Joshimath crisis keeps tourists away from Auli | India News

DEHRADHUN: Around this time last year, long queues of tourist vehicles on their way to Auli, extending around 11km ahead of Joshimath, would be a common sight. To manage the crowd, authorities would often turn tourists towards Chopta and other serene locations of Chamoli. Scrambling to find accommodation in Auli, which has only around 150 rooms, tourists would also stay over at Joshimath and take the ropeway to the popular skiing destination of Uttarakhand, which would be enveloped in a sheet of snow at this time of the year.
This year though, the picture is quite different. As per hoteliers and tour operators, since the crisis of “sinking Joshimath” occurred, tourists have stopped coming to the picturesque locale. The once-bustling tourist location now wears a deserted look. After the Covid-induced financial crisis of 2020 and 2021, both Auli and Joshimath again stare at major losses during the peak winter tourism season (December 15 to February 15).

Ajay Bhatt, who owns hotels and cottages in Joshimath and Auli, told TOI, “We are staring at losses worth crores. Things seemed to be heading in the right direction since December 15 but after the Joshimath issue came to light, we haven’t received a single enquiry. Only a handful of tourists, who have either booked flights or hotel rooms on the (Joshimath-Auli) route in advance are coming here.”

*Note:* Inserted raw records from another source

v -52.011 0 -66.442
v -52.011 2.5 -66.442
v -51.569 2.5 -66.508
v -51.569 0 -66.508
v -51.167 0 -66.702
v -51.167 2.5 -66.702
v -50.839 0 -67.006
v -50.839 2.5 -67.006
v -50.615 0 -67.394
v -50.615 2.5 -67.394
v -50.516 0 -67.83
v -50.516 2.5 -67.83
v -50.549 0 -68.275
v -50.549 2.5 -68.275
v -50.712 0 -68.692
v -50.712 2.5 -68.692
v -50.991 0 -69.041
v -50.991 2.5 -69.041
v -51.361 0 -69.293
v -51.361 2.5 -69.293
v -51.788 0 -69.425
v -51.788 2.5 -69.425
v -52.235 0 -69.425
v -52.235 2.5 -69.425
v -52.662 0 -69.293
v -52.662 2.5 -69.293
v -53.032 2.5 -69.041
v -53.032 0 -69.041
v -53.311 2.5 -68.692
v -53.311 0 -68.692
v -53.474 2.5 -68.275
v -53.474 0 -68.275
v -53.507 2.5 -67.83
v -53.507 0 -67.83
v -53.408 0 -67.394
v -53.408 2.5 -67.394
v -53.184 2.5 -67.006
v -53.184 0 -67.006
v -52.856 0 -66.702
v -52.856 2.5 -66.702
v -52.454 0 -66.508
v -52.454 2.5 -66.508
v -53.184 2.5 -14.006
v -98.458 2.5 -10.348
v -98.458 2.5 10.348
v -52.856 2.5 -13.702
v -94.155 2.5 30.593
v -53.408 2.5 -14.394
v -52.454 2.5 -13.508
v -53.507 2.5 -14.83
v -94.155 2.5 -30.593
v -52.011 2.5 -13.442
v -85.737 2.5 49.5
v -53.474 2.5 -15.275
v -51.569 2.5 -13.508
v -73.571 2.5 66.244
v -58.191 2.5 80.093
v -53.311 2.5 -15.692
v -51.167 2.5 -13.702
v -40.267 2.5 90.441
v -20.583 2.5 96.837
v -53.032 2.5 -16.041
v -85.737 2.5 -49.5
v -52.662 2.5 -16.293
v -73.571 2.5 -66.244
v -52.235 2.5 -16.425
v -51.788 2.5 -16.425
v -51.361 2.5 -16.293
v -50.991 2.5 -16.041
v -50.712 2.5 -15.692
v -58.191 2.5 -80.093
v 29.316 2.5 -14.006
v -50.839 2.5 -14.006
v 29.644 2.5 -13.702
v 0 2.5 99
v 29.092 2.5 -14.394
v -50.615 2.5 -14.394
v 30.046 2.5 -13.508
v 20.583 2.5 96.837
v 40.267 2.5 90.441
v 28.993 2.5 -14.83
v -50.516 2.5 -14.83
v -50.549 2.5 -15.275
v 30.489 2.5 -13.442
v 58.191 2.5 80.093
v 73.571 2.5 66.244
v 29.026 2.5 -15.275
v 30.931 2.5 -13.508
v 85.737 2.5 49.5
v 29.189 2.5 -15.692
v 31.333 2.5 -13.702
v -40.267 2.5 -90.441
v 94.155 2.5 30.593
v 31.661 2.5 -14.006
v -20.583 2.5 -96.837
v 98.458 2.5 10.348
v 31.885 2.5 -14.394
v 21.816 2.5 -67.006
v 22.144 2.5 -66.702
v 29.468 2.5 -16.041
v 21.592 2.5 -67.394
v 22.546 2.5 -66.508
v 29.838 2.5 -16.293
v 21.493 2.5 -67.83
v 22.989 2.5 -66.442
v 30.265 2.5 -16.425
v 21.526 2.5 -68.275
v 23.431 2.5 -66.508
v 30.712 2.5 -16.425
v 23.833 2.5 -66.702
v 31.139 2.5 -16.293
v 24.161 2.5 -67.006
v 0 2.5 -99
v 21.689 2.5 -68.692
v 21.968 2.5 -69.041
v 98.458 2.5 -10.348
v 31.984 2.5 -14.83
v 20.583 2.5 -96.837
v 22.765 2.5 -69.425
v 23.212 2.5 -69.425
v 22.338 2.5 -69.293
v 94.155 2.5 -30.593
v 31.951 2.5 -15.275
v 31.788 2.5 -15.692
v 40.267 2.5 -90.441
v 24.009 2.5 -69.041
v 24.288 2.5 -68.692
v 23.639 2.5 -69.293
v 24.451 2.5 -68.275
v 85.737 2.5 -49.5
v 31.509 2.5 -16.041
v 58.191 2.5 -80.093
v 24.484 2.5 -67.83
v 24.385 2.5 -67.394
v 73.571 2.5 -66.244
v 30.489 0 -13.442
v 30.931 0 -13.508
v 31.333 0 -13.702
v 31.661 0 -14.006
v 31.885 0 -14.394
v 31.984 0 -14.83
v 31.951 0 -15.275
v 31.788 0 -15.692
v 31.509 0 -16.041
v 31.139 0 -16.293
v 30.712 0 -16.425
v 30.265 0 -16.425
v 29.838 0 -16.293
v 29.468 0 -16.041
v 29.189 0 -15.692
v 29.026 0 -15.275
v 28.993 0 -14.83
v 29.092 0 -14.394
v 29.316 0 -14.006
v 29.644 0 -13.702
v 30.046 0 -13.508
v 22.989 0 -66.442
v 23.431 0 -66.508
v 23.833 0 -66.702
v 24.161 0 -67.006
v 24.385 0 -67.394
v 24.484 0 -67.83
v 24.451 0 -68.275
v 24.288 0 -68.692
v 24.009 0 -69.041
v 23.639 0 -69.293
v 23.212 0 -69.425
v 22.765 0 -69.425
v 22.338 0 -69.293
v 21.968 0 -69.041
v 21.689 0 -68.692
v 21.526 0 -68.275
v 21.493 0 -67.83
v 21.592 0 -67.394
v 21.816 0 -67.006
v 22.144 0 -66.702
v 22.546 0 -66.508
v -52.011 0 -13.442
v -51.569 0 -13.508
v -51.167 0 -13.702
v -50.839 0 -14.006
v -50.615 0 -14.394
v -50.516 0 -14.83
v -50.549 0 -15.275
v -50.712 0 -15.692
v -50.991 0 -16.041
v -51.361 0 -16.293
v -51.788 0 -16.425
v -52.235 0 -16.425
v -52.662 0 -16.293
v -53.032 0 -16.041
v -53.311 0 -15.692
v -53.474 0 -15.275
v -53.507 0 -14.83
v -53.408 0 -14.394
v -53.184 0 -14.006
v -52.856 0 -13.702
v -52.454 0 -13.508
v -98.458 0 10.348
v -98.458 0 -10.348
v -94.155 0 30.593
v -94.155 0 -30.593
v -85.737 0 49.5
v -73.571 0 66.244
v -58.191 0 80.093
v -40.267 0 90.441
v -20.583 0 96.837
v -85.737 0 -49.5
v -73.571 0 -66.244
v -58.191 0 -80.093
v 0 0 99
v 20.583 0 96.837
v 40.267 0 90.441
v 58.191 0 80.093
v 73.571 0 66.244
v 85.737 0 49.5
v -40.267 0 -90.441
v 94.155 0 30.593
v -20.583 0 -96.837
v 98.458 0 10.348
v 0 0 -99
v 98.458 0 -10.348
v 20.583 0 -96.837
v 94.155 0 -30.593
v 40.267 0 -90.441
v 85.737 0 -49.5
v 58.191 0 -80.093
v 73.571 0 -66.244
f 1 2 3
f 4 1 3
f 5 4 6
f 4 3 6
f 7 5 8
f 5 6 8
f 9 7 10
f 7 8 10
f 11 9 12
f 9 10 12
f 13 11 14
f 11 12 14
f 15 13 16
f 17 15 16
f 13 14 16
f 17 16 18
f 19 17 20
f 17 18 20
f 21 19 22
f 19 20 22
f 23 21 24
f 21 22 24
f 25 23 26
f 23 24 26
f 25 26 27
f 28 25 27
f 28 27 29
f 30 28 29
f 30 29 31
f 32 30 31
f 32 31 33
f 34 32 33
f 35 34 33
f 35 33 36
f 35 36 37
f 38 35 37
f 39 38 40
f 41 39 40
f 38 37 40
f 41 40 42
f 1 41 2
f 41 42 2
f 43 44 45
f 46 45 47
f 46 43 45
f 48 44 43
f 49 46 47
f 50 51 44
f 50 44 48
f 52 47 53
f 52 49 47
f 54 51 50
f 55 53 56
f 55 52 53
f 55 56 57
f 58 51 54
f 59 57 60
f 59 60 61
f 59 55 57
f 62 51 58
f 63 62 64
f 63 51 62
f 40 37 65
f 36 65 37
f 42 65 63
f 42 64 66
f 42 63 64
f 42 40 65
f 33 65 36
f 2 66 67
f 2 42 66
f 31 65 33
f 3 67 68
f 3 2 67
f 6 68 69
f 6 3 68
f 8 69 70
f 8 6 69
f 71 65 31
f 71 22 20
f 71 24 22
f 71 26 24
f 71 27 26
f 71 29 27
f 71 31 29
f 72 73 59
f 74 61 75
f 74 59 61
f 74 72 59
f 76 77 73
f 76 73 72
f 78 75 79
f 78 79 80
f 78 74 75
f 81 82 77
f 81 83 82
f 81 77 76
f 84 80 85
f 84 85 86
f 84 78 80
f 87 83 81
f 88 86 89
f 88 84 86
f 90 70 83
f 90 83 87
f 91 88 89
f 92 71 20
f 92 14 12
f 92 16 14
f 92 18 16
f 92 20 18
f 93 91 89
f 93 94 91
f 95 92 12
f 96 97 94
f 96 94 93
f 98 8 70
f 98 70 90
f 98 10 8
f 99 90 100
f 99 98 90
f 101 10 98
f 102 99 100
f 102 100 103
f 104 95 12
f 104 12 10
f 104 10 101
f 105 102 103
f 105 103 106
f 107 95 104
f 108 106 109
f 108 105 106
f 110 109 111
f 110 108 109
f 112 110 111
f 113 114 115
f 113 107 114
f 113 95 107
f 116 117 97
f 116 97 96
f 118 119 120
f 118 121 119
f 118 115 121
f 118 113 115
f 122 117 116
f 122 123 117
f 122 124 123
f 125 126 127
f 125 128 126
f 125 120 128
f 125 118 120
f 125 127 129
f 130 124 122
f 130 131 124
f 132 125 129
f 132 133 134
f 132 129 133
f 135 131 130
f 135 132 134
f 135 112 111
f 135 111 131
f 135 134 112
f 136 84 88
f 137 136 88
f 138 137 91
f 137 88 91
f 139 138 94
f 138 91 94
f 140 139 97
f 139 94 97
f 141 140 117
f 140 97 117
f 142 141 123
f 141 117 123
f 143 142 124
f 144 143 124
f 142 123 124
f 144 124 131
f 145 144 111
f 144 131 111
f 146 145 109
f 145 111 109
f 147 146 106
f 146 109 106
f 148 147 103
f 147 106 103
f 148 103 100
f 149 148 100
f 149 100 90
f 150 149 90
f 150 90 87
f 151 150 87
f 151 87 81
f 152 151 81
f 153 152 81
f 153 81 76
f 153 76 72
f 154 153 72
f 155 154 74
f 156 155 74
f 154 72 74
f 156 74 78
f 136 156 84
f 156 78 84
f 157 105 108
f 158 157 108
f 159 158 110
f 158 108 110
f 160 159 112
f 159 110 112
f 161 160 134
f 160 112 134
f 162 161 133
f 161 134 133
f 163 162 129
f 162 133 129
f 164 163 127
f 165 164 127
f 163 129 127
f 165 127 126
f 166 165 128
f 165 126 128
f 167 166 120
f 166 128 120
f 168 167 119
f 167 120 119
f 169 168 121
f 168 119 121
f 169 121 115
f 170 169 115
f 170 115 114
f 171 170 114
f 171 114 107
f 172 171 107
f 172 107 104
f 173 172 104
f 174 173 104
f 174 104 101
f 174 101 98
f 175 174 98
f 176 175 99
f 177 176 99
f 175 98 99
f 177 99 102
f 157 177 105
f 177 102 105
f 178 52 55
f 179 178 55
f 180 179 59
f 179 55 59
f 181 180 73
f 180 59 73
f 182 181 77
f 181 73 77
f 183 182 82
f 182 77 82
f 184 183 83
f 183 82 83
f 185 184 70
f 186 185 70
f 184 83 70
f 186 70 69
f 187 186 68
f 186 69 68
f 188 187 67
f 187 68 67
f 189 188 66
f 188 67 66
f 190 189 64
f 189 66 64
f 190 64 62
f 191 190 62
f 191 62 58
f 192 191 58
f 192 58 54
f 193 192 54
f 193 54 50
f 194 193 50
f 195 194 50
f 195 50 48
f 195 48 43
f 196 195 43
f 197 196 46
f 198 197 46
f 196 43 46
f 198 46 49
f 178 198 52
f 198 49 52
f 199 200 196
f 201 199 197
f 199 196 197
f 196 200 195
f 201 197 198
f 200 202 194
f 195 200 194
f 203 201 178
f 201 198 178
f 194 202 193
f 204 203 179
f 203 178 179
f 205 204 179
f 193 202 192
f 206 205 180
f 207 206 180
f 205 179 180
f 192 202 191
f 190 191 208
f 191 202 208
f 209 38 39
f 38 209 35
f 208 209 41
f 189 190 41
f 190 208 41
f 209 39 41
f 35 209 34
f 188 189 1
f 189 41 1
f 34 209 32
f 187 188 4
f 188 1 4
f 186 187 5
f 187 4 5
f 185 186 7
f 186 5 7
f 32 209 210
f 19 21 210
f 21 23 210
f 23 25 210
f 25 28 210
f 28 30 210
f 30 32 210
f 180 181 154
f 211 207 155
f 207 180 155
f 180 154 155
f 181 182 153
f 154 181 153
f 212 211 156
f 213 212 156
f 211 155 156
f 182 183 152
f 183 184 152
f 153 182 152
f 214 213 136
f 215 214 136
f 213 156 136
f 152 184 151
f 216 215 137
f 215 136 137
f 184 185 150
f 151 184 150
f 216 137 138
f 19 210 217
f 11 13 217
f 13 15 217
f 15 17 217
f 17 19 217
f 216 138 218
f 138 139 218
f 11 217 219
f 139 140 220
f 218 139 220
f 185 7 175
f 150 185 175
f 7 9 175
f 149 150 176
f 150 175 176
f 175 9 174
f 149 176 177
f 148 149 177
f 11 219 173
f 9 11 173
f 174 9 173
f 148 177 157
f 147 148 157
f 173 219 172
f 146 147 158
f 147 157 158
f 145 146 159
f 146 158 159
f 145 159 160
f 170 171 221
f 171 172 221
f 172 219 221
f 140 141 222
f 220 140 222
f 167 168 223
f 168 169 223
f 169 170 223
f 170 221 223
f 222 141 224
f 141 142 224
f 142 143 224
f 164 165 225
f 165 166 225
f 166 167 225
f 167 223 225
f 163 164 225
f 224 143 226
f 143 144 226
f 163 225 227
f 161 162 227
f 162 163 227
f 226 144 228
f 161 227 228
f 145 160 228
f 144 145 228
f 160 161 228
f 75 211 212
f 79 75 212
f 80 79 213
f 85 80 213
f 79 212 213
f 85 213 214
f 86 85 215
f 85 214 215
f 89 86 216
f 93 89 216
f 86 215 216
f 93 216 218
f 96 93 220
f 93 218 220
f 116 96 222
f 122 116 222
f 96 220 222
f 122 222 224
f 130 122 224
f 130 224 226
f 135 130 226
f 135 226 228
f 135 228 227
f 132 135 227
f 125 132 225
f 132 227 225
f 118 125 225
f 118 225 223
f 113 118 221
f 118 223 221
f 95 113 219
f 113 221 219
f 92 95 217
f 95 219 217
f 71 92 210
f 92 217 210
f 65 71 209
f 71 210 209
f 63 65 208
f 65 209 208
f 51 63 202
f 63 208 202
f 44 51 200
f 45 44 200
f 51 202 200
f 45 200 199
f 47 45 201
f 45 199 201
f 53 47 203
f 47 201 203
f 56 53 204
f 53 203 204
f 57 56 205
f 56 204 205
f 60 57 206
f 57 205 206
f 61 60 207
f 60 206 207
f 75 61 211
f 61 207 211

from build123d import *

# Parameters (mm, degrees)
SKETCH1_R           = 99
BOSS_EXTRUDE1_DEPTH = 2.5
SKETCH2_R           = 96.5
CUT_EXTRUDE1_DEPTH  = 2.5
SKETCH3_R           = 96.5
SKETCH3_R_2         = 1.5
BOSS_EXTRUDE3_DEPTH = 2.5


with BuildPart() as part:
    # Sketch1 → Boss-Extrude1 (new body)
    with BuildSketch(Plane(origin=(0, 0, 0), x_dir=(1, 0, 0), z_dir=(0, 1, 0))):
        with Locations(Location((0, 0, 0), (0, 0, 270))):
            Circle(SKETCH1_R)
    extrude(amount=BOSS_EXTRUDE1_DEPTH)

    # Sketch2 → Cut-Extrude1 (cut)
    with BuildSketch(Plane(origin=(0, 2.5, 0), x_dir=(1, 0, 0), z_dir=(0, 1, 0))):
        with Locations(Location((0, 0, 0), (0, 0, 270))):
            Circle(SKETCH2_R)
    extrude(amount=-CUT_EXTRUDE1_DEPTH, mode=Mode.SUBTRACT)

    # Sketch3 → Boss-Extrude3 (add)
    with BuildSketch(Plane(origin=(0, 2.5, 0), x_dir=(1, 0, 0), z_dir=(0, 1, 0))):
        Circle(SKETCH3_R)
        with Locations(Location((-52.01148814, 14.941708329, 0), (0, 0, 270))):
            Circle(SKETCH3_R_2, mode=Mode.SUBTRACT)
        with Locations(Location((-52.01148814, 67.941708329, 0), (0, 0, 270))):
            Circle(SKETCH3_R_2, mode=Mode.SUBTRACT)
        with Locations(Location((22.98851186, 67.941708329, 0), (0, 0, 270))):
            Circle(SKETCH3_R_2, mode=Mode.SUBTRACT)
        with Locations(Location((30.48851186, 14.941708329, 0), (0, 0, 270))):
            Circle(SKETCH3_R_2, mode=Mode.SUBTRACT)
    extrude(amount=-BOSS_EXTRUDE3_DEPTH)


solid = part.part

Many of the hotels and homestays in Joshimath have been taken up by the administration for rehabilitation of residents whose houses have developed large cracks and have been declared “unsafe”. Some are being demolished.
Earlier, getting a ticket for a ropeway and a chair lift from Joshimath to Auli, both operated by the state-owned Garhwal Mandal Vikas Nigam from 9:15am to 4:45pm, was considered lucky. While the ropeway has a capacity of 500 tourists per day, the chair lift can take around 1,500 to 1,700 visitors to Auli each day. The ropeway has now been closed, after a crack appeared in a pillar. The chair lift is operational but has few takers.
Tour operators, who usually start preparing for the Badrinath yatra in February, for which Joshimath is the last stop, worry that the scenario will prevail till May, when the annual pilgrimage usually starts.